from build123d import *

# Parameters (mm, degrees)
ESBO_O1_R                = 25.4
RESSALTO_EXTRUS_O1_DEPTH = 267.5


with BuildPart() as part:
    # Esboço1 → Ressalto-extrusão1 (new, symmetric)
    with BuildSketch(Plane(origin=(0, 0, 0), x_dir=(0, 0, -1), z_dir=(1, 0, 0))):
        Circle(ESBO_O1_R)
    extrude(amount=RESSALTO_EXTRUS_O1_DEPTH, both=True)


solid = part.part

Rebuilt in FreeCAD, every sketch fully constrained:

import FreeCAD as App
import Part
import Sketcher
Q = App.Units.Quantity

doc = App.newDocument("Part")
params = doc.addObject("Spreadsheet::Sheet", "Params")
for row, (alias, value) in enumerate([
    ("sketch1_diameter", "50.8 mm"),
    ("pad1_length", "535 mm"),
], start=1):
    params.set(f"A{row}", alias)
    params.set(f"B{row}", "=" + value)
    params.setAlias(f"B{row}", alias)

body = doc.addObject("PartDesign::Body", "Body")

# Sketch on YZ plane
sketch1 = doc.addObject("Sketcher::SketchObject", "Sketch")
body.addObject(sketch1)
sketch1.AttachmentSupport = (doc.YZ_Plane, [""])
sketch1.MapMode = "FlatFace"
sketch1.addGeometry(Part.Circle(App.Vector(0, 0, 0), App.Vector(0, 0, 1), 25), False)
sketch1.addConstraint([
    Sketcher.Constraint("Coincident", 0, 3, -1, 1),
    Sketcher.Constraint("Diameter", 0, Q("50.8 mm")),
])
sketch1.setExpression("Constraints[1]", "Params.sketch1_diameter")
pad1 = doc.addObject("PartDesign::Pad", "Pad")
body.addObject(pad1)
pad1.Profile = sketch1
pad1.setExpression("Length", "Params.pad1_length")
pad1.Midplane = True

doc.recompute()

**Work request:** Beginning at the line above that contains "# Esboço1 →", return each line exactly through the line that contains "Rebuilt in FreeCAD, every", and no others.

**Answer to the exercise:**
    # Esboço1 → Ressalto-extrusão1 (new, symmetric)
    with BuildSketch(Plane(origin=(0, 0, 0), x_dir=(0, 0, -1), z_dir=(1, 0, 0))):
        Circle(ESBO_O1_R)
    extrude(amount=RESSALTO_EXTRUS_O1_DEPTH, both=True)


solid = part.part

Rebuilt in FreeCAD, every sketch fully constrained:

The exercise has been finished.